Integration method output generated via the get_output() function.

mo_data

A MultiDataSet object (will be used to extract samples information).

covariate

Character, name of column in one of the samples metadata tables from mo_data to use as x-axis in the plot.

latent_dimensions

Character vector giving the latent dimensions to display. Default value is NULL, i.e. all latent dimensions will be shown.

colour_by

Character, name of column in one of the samples metadata tables from mo_data to use to colour the samples in the plot. Default value is NULL.

shape_by

Character, name of column in one of the samples metadata tables from mo_data to use as shape for the samples in the plot. Default value is NULL.

point_alpha

Numeric between 0 and 1, the opacity of the points in the plot (with 1 = fully opaque, and 0 = fully transparent). Default value is 1.

add_se

Logical, should a confidence interval be drawn around the smoothing curves for numerical covariates? Default value is TRUE.

add_boxplot

Logical, should a boxplot be drawn on top of the points for categorical covariates?
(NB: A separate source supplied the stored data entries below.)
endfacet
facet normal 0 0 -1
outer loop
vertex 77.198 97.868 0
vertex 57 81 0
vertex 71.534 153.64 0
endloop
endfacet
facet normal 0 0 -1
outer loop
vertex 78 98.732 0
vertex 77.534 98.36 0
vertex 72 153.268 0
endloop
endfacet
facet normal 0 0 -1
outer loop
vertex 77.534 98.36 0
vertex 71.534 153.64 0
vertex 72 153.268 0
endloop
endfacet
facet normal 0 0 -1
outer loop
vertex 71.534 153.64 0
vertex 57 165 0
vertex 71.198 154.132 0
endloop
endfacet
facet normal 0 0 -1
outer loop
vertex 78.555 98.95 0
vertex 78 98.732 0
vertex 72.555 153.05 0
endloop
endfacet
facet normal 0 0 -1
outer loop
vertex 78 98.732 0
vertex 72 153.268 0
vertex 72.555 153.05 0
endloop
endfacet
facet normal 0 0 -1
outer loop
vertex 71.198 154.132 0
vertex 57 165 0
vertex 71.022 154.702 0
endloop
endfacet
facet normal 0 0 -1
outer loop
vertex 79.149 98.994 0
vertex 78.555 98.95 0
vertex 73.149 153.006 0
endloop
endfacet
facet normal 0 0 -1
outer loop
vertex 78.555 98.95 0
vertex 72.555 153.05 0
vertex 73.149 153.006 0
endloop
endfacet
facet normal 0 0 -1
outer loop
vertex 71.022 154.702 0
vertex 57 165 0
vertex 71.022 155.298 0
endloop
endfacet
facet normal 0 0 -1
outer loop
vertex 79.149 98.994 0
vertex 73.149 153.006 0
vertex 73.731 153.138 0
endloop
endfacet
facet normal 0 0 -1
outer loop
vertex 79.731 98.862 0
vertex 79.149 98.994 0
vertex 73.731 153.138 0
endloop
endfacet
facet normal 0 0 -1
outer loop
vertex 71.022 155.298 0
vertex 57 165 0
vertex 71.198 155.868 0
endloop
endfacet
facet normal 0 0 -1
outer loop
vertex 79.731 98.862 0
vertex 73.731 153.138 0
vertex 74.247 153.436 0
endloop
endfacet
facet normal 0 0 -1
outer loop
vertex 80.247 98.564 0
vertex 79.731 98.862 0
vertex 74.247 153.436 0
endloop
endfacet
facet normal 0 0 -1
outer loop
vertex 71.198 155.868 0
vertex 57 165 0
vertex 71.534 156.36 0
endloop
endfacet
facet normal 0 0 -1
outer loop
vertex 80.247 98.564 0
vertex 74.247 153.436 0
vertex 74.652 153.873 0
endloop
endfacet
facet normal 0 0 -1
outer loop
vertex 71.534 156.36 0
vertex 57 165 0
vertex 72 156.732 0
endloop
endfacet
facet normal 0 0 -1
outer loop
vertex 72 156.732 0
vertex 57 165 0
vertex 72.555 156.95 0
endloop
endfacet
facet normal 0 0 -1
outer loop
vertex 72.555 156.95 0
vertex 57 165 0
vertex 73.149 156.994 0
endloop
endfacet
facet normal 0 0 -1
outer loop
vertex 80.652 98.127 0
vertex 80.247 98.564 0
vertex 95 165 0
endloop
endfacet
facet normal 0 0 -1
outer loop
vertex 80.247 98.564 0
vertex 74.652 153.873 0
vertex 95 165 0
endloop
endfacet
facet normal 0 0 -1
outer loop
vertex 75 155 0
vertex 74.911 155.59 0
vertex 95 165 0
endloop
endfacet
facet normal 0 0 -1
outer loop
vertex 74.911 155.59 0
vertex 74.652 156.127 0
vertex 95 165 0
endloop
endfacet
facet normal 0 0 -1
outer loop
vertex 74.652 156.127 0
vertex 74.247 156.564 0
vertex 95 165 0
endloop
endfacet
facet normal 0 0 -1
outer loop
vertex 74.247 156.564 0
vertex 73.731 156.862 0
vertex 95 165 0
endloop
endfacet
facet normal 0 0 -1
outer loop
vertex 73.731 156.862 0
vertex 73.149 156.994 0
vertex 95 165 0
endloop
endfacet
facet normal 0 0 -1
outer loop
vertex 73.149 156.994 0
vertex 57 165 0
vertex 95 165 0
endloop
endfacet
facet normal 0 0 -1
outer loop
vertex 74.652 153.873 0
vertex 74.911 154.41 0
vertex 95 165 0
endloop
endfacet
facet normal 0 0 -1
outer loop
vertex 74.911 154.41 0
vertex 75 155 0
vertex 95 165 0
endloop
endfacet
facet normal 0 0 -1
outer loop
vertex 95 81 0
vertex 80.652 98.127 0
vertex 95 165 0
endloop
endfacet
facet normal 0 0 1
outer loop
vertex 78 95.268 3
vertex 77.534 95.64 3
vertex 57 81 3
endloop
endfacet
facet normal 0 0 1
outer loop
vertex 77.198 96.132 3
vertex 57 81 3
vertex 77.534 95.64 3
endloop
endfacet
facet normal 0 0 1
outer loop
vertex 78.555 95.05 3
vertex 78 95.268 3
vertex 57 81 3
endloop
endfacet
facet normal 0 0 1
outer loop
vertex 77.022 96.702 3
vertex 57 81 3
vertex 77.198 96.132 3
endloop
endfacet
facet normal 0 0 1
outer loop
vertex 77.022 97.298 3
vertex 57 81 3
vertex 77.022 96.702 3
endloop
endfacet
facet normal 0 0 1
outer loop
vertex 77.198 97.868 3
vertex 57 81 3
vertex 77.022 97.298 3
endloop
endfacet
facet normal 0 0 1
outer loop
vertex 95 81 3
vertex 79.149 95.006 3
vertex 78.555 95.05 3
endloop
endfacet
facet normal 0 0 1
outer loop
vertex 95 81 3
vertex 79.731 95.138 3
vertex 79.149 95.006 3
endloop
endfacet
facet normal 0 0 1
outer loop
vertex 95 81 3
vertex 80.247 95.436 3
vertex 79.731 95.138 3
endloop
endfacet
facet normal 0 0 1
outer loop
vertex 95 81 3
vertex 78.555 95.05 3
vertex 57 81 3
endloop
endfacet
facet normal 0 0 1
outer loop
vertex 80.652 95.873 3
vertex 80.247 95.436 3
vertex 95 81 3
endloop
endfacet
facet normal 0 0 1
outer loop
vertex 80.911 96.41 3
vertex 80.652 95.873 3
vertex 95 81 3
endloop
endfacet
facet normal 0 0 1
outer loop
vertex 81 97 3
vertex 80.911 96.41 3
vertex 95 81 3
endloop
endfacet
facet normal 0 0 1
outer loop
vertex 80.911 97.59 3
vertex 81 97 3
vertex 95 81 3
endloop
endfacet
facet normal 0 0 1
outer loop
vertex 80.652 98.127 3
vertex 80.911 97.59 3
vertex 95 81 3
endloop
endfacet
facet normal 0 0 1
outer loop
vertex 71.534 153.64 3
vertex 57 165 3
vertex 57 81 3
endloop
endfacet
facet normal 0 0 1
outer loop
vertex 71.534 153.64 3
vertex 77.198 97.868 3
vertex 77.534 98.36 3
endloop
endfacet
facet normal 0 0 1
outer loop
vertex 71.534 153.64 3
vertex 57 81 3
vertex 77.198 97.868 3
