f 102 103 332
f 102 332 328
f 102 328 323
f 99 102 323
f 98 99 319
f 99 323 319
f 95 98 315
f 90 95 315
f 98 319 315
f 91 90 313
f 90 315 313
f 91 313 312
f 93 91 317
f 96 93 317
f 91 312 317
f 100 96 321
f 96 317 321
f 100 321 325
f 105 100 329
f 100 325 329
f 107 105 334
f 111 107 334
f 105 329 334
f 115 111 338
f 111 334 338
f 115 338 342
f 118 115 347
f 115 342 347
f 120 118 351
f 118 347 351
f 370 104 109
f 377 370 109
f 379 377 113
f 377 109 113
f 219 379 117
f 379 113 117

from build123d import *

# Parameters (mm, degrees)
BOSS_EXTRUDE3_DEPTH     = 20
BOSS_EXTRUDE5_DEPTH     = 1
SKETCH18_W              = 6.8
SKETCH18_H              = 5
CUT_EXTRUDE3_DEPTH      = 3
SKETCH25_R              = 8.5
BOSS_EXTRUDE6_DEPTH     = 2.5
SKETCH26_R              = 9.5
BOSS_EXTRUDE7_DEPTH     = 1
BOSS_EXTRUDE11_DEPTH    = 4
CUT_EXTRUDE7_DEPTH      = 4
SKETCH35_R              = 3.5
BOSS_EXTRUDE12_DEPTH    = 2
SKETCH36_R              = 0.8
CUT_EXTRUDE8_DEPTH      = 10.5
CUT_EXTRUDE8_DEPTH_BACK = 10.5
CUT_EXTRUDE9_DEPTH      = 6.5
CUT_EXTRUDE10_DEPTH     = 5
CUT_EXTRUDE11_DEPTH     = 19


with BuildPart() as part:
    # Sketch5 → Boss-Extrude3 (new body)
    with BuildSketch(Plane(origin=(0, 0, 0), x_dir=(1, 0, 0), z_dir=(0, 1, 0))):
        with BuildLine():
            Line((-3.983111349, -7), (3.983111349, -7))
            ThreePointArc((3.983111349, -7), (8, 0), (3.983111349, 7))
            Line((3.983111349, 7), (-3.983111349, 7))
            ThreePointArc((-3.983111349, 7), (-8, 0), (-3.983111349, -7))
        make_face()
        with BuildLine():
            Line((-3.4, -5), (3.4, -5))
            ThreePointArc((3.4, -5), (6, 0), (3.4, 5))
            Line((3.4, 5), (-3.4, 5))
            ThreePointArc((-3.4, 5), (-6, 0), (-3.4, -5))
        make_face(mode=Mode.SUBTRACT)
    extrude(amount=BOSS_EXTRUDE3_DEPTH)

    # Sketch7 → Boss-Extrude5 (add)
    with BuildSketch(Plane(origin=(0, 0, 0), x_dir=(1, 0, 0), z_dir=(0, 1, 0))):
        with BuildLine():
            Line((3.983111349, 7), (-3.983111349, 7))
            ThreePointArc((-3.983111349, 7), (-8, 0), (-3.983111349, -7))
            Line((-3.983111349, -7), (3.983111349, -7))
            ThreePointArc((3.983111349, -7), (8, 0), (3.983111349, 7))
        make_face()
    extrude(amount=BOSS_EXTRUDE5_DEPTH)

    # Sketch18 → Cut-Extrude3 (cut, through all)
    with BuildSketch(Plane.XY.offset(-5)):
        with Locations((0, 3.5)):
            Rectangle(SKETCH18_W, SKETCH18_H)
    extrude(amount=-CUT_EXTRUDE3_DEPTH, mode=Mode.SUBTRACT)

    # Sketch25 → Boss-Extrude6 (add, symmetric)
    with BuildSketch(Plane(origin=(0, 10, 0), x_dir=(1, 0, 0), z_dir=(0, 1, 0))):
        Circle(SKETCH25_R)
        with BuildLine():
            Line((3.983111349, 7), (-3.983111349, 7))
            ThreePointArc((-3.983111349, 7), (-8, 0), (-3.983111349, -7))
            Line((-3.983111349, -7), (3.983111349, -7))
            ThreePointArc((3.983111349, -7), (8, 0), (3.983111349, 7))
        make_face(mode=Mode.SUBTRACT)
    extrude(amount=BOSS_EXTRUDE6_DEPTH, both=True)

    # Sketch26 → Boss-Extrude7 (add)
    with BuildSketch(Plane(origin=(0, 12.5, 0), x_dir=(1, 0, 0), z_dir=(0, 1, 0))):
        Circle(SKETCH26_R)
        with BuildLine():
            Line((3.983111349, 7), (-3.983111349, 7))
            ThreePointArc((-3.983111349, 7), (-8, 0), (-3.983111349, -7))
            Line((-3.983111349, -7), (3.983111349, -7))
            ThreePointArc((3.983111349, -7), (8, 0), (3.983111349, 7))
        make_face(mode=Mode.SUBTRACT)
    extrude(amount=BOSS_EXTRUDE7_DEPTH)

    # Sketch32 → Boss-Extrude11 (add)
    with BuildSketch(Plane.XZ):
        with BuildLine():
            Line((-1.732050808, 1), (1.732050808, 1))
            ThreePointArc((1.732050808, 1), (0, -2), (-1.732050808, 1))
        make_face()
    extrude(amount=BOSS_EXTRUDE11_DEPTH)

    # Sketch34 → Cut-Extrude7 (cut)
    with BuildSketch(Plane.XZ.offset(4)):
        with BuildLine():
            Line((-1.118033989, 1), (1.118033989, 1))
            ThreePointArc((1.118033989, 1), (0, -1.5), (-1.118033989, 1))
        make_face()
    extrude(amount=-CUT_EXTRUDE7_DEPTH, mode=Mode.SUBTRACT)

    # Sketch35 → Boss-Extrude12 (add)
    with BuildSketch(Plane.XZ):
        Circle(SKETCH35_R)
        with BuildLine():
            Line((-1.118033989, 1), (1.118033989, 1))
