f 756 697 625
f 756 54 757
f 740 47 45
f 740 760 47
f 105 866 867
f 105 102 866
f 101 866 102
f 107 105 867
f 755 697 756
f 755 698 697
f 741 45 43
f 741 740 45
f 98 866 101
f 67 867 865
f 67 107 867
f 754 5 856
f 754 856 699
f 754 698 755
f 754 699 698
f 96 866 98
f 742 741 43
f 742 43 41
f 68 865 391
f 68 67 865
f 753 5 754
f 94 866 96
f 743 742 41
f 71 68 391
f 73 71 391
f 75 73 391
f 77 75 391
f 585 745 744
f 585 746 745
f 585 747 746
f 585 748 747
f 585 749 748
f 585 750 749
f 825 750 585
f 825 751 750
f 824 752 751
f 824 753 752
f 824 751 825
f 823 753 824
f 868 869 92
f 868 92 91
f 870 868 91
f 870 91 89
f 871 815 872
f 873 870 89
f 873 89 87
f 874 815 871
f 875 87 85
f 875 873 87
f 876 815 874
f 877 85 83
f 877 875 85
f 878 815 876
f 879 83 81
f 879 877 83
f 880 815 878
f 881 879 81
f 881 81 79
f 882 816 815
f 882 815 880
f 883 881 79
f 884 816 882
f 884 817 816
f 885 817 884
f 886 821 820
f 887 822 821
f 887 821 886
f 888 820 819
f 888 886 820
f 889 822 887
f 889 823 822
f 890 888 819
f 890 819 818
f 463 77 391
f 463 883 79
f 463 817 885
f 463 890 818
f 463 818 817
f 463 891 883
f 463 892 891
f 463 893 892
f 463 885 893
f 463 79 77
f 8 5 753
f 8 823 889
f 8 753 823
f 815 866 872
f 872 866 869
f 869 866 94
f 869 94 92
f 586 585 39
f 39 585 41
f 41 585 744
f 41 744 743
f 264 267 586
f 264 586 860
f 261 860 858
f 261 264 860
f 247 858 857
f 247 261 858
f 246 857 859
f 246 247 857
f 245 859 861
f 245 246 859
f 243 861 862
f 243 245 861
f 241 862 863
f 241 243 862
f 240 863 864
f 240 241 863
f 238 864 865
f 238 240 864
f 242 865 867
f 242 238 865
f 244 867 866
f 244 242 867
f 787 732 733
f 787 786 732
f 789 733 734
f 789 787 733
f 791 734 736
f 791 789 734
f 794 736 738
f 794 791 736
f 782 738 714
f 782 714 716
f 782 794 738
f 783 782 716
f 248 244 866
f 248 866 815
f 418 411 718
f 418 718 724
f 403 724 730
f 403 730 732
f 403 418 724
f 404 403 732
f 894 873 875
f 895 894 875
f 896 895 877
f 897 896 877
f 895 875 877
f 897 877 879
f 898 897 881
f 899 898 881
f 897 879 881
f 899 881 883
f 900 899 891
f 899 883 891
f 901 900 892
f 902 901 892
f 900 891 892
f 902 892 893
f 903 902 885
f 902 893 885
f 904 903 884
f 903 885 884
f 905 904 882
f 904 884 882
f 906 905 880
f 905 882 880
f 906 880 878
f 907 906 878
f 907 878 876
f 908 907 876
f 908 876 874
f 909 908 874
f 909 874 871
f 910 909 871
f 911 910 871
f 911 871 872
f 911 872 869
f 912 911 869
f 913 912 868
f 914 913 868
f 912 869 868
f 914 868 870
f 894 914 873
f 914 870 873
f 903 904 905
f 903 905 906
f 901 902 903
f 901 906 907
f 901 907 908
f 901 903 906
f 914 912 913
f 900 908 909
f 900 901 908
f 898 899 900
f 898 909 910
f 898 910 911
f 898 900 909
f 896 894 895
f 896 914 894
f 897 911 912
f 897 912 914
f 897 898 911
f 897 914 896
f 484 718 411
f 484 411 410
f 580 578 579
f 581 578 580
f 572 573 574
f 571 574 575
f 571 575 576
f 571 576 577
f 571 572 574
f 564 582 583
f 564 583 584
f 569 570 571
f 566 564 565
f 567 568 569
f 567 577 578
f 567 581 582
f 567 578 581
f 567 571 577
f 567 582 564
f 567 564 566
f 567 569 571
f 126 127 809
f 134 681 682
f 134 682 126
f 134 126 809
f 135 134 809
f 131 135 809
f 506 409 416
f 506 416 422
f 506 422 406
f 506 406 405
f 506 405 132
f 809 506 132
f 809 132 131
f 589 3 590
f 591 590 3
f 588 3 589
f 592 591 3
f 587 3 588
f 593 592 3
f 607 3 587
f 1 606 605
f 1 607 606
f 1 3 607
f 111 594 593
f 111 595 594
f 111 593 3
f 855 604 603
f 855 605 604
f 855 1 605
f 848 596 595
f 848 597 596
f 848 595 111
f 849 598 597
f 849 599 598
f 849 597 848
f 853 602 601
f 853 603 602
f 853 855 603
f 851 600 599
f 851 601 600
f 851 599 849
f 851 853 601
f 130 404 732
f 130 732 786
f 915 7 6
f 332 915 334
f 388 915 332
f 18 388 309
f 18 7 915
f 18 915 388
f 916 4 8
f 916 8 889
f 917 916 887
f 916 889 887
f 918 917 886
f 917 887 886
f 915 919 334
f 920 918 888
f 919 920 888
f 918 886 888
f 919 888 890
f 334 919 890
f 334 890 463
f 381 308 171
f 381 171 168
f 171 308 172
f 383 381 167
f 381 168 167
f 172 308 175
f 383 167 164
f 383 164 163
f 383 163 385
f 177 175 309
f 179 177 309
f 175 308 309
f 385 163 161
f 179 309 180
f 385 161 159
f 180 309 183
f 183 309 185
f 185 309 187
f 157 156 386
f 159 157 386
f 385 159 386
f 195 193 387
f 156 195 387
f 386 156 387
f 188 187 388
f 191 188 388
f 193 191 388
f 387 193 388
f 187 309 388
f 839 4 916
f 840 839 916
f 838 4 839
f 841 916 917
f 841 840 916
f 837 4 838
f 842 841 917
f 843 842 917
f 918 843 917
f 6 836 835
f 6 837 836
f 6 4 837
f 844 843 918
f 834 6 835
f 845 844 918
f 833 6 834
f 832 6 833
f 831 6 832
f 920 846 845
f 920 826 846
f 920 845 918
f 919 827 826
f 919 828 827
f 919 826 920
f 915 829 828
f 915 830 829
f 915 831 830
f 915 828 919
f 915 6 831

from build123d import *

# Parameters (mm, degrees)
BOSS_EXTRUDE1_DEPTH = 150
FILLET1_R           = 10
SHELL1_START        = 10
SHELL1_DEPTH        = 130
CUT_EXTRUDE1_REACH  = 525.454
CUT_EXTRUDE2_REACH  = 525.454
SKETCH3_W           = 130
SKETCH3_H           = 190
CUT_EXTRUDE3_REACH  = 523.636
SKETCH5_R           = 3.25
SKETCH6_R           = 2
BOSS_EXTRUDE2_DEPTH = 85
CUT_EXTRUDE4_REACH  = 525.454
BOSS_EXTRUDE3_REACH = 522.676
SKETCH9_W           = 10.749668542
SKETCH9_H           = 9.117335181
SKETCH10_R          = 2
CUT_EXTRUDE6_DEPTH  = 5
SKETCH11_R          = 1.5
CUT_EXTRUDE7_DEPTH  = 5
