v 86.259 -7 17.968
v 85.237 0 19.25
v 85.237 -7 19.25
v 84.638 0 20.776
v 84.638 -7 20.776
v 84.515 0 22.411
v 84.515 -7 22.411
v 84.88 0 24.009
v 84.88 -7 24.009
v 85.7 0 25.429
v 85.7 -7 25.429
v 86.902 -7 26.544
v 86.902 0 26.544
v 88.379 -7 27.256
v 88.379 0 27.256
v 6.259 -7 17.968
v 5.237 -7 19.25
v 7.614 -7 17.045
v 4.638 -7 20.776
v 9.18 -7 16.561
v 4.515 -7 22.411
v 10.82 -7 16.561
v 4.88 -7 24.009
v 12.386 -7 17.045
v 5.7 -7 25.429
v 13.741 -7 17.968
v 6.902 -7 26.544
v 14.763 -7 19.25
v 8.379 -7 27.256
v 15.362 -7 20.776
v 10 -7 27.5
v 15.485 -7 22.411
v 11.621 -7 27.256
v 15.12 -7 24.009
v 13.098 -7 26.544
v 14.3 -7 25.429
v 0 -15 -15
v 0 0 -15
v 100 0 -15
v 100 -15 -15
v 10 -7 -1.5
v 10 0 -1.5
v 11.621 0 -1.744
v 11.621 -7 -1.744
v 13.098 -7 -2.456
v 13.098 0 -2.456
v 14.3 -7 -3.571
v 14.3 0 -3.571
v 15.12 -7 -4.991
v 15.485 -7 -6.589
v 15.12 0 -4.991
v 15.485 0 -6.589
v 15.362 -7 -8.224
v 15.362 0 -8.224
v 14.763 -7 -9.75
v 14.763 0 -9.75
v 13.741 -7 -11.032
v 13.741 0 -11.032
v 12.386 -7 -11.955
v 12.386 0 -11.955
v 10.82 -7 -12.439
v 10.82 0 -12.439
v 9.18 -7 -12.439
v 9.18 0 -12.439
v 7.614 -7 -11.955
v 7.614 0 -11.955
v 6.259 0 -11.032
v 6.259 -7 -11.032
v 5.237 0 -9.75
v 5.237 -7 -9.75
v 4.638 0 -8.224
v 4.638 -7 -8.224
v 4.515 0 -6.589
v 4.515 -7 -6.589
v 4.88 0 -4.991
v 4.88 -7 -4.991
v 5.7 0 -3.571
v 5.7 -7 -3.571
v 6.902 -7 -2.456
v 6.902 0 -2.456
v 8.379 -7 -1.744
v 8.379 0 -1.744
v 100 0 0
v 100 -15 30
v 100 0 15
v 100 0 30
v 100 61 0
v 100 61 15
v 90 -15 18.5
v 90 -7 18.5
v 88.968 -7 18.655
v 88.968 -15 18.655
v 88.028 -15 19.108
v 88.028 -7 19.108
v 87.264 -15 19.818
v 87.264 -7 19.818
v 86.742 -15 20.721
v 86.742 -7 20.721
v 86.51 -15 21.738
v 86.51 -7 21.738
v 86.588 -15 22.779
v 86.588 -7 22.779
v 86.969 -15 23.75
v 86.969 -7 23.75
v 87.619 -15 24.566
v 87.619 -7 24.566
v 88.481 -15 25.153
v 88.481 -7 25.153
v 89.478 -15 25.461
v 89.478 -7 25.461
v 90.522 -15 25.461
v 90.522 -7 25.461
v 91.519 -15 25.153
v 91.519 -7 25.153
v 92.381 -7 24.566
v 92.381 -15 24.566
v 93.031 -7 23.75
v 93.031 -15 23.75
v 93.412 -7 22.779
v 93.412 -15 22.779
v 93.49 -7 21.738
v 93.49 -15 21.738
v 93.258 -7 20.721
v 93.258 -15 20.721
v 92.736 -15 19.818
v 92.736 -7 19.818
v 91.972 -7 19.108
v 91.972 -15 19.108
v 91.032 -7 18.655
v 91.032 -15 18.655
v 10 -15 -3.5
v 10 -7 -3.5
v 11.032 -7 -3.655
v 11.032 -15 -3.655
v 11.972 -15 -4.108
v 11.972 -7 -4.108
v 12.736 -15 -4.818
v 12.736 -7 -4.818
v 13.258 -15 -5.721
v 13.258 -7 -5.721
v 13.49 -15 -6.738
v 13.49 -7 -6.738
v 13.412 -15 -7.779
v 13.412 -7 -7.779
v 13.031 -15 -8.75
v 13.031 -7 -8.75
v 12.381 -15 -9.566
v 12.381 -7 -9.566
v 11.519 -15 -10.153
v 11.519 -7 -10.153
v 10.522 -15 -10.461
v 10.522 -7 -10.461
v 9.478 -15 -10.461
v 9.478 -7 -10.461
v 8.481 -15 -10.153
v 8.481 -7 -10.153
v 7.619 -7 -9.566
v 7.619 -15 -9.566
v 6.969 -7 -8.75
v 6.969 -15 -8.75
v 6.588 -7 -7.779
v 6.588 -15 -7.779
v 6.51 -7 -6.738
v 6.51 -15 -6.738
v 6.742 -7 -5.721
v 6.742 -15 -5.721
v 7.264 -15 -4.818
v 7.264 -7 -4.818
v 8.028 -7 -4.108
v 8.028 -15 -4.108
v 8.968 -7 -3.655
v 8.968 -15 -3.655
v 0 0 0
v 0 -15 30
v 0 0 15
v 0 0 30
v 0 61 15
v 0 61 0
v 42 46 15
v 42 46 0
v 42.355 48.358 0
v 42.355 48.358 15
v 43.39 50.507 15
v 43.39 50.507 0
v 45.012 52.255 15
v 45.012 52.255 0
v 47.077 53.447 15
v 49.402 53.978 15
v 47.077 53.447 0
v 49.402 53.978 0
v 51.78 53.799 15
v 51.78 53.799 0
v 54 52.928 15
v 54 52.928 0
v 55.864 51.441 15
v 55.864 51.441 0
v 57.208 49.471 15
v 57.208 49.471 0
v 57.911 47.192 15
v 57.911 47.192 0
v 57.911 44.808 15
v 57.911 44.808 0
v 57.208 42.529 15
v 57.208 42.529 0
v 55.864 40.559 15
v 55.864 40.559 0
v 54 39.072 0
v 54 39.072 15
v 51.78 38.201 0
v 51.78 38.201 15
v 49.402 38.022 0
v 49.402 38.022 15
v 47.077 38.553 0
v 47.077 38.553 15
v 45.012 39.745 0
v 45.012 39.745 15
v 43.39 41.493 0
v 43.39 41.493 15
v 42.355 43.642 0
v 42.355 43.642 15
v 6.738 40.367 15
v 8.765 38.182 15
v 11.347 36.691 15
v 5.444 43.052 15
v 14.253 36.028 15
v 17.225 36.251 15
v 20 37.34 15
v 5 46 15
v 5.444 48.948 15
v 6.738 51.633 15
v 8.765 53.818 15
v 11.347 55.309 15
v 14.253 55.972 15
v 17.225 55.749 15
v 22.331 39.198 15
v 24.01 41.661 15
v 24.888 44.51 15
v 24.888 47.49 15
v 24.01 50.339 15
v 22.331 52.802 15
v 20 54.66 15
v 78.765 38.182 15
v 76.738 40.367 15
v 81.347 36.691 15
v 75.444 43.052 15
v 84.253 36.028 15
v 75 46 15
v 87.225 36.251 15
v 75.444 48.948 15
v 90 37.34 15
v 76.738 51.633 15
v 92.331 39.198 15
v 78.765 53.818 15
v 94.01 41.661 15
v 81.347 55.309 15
Default value is TRUE.

ncol

Integer, number of columns in the faceted plot. Default value is NULL.

Value

a ggplot.

Details

If the covariate is numeric, the function creates a scatter plot, with a loess curve to summarise the trend between the covariate and the samples score. If colour_by is used, and the corresponding variable is numeric, the loess curve will not take into account this variable. If instead the colour_by variable is a character or factor, a loess curve will be fitted separately for each category.

If the covariate is not numeric, the function creates a violin/boxplot. If colour_by is used, and the corresponding variable is numeric, the violins and boxplots will not take into account this variable. If instead the colour_by variable is a character or factor, a separate violin and boxplot will be drawn for each category.